There, Democrats need to flip four of the 100 seats to gain control—a tall order given that all but two of their potential targets are in states that Mr Trump won by double digits in 2024.
The party must defend a vulnerable open seat in Michigan, and are only clearly on track for one gain: Roy Cooper, the former governor of North Carolina, leads polls by around six points.
Although Maine is a light blue state, Democratic primary voters appear poised to forsake Janet Mills, their sitting 78-year-old governor, in favour of Graham Platner, an oyster farmer with a record of impolitic comments about sexual assault and a tattoo containing a Nazi military symbol.
Such liabilities would provide ample fodder for Susan Collins, the state’s moderate incumbent, who is a proven electoral outperformer.

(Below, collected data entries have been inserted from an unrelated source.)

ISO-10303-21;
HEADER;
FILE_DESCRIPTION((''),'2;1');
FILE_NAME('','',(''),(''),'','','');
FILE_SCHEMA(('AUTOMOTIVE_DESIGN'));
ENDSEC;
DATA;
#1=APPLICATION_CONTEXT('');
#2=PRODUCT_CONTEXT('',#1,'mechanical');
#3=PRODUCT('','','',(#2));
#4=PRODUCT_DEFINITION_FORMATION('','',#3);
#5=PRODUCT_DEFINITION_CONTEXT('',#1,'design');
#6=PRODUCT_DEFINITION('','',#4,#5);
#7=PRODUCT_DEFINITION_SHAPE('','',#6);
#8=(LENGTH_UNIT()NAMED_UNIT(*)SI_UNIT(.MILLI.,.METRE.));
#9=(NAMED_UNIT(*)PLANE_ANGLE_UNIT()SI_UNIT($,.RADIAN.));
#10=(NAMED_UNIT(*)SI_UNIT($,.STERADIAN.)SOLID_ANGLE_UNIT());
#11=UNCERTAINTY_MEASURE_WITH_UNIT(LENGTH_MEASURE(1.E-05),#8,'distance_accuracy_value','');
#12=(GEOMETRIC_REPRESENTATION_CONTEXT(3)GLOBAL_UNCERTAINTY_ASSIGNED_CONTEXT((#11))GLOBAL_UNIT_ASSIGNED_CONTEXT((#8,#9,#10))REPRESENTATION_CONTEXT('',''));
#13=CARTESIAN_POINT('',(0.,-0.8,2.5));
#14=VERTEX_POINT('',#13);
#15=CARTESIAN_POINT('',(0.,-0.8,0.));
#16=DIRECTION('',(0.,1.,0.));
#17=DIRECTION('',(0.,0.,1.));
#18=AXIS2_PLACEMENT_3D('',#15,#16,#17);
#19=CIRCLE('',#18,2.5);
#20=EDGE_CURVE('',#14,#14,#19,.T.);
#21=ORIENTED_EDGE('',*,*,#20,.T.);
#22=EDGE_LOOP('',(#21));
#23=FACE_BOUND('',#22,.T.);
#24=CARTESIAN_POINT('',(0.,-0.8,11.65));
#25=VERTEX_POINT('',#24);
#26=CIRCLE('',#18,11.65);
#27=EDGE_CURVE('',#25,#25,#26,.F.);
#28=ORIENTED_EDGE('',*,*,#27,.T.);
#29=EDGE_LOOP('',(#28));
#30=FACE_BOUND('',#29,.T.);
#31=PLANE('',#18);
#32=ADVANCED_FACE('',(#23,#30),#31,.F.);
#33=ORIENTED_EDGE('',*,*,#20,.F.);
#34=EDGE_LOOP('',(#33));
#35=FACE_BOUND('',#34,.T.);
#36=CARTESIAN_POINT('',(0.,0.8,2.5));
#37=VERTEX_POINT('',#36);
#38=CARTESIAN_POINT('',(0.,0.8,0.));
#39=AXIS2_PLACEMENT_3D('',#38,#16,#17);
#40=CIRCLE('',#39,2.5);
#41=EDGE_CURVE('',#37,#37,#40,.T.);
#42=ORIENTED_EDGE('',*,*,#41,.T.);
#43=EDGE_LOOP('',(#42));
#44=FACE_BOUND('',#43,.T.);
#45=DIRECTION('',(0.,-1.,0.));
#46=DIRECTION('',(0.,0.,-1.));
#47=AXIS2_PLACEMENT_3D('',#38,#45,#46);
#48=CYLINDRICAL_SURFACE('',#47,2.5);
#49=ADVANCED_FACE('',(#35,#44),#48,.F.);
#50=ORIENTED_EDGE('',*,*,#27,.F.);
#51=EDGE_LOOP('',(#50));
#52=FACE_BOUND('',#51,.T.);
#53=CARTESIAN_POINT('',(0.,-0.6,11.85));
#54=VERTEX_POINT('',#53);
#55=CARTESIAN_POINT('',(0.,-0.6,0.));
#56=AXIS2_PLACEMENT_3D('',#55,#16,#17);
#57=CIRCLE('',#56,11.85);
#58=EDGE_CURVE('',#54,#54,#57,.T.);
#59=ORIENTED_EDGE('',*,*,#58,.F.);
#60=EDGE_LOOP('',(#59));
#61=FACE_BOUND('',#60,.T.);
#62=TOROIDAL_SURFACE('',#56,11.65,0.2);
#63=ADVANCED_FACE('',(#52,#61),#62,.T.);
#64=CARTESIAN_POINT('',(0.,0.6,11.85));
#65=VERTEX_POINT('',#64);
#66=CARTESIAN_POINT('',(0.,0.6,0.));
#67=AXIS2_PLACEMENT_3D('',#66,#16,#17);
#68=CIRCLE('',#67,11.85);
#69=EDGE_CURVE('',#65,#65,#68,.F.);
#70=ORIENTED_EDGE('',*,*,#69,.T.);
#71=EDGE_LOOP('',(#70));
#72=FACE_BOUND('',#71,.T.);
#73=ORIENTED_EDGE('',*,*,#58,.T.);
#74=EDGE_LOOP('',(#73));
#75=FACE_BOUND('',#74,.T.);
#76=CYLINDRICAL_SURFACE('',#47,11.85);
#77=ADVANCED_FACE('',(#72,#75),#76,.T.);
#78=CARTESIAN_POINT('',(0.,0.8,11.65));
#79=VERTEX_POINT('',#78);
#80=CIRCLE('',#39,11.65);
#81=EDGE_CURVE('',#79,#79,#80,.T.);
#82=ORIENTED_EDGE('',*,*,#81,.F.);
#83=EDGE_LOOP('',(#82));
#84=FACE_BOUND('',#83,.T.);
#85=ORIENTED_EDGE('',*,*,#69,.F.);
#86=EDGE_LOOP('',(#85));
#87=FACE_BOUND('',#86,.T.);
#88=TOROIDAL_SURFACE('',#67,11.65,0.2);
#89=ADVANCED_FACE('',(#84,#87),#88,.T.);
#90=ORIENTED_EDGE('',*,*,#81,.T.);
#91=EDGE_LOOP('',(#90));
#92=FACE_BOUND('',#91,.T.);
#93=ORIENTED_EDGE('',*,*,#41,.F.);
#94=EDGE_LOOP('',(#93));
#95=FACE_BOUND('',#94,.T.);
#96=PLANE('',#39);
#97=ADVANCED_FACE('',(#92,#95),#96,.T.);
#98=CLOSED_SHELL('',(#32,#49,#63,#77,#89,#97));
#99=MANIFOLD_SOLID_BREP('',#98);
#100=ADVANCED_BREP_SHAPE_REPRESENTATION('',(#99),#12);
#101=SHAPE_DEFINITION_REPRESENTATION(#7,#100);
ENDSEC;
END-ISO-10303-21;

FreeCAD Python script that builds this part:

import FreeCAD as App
import Part
import Sketcher

V = App.Vector


def edges_at(feature, points):
    """Names of the edges that pass closest to the given points."""
    edges = feature.Shape.Edges
    near = lambda p: min(range(len(edges)), key=lambda i: edges[i].distToShape(Part.Vertex(*p))[0])
    return sorted({f"Edge{near(p) + 1}" for p in points})

doc = App.newDocument("Part")
body = doc.addObject("PartDesign::Body", "Body")

# Sketch on XZ plane
sketch1 = doc.addObject("Sketcher::SketchObject", "Sketch")
body.addObject(sketch1)
sketch1.AttachmentSupport = (doc.XZ_Plane, [""])
sketch1.MapMode = "FlatFace"
sketch1.addGeometry(Part.Circle(V(0, 0, 0), V(0, 0, 1), 11.8), False)
sketch1.addGeometry(Part.Circle(V(0, 0, 0), V(0, 0, 1), 2.5), False)
sketch1.addConstraint(Sketcher.Constraint("Coincident", 0, 3, -1, 1))
sketch1.addConstraint(Sketcher.Constraint("Coincident", 1, 3, -1, 1))
sketch1.addConstraint(Sketcher.Constraint("Diameter", 1, 5.0))
sketch1.addConstraint(Sketcher.Constraint("Diameter", 0, 23.7))
pad1 = doc.addObject("PartDesign::Pad", "Pad")
body.addObject(pad1)
pad1.Profile = sketch1
pad1.Length = 1.6
pad1.Midplane = True
doc.recompute()

fillet = doc.addObject("PartDesign::Fillet", "Fillet")
body.addObject(fillet)
fillet.Base = (pad1, edges_at(pad1, [(0, -0.8, -11.85), (0, 0.8, -11.85)]))
fillet.Radius = 0.2

doc.recompute()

At the same time, Democrats have scored recruiting coups in two light-red states.
Sherrod Brown, a longtime incumbent in Ohio, lost in 2024 but ran far ahead of Kamala Harris.
He is now mounting a comeback in a far friendlier political environment, and polls show him nearly tied.
Similarly, Mary Peltola, who won a statewide race for Alaska’s only House seat in 2022 but was narrowly defeated two years later, has led Dan Sullivan, the incumbent Republican, in all public polls this year.
Moreover, Republican primary voters in Texas could well oust John Cornyn, a mainstream incumbent, in favour of Ken Paxton, the state’s attorney general, who faced securities-fraud charges for nearly a decade and was impeached by the state legislature.
That would open the door to making Democrats’ long-held dream of “Blexas” a reality.
However, any scenario in which they are doing well enough nationally to win even one of these states is probably also one in which they sweep the easier contests as well, putting them on the cusp of the decisive 51st seat.
If anything, our forecast may be underestimating the Democrats’ Senate chances.
Prediction markets already make them a narrow favourite to flip both chambers.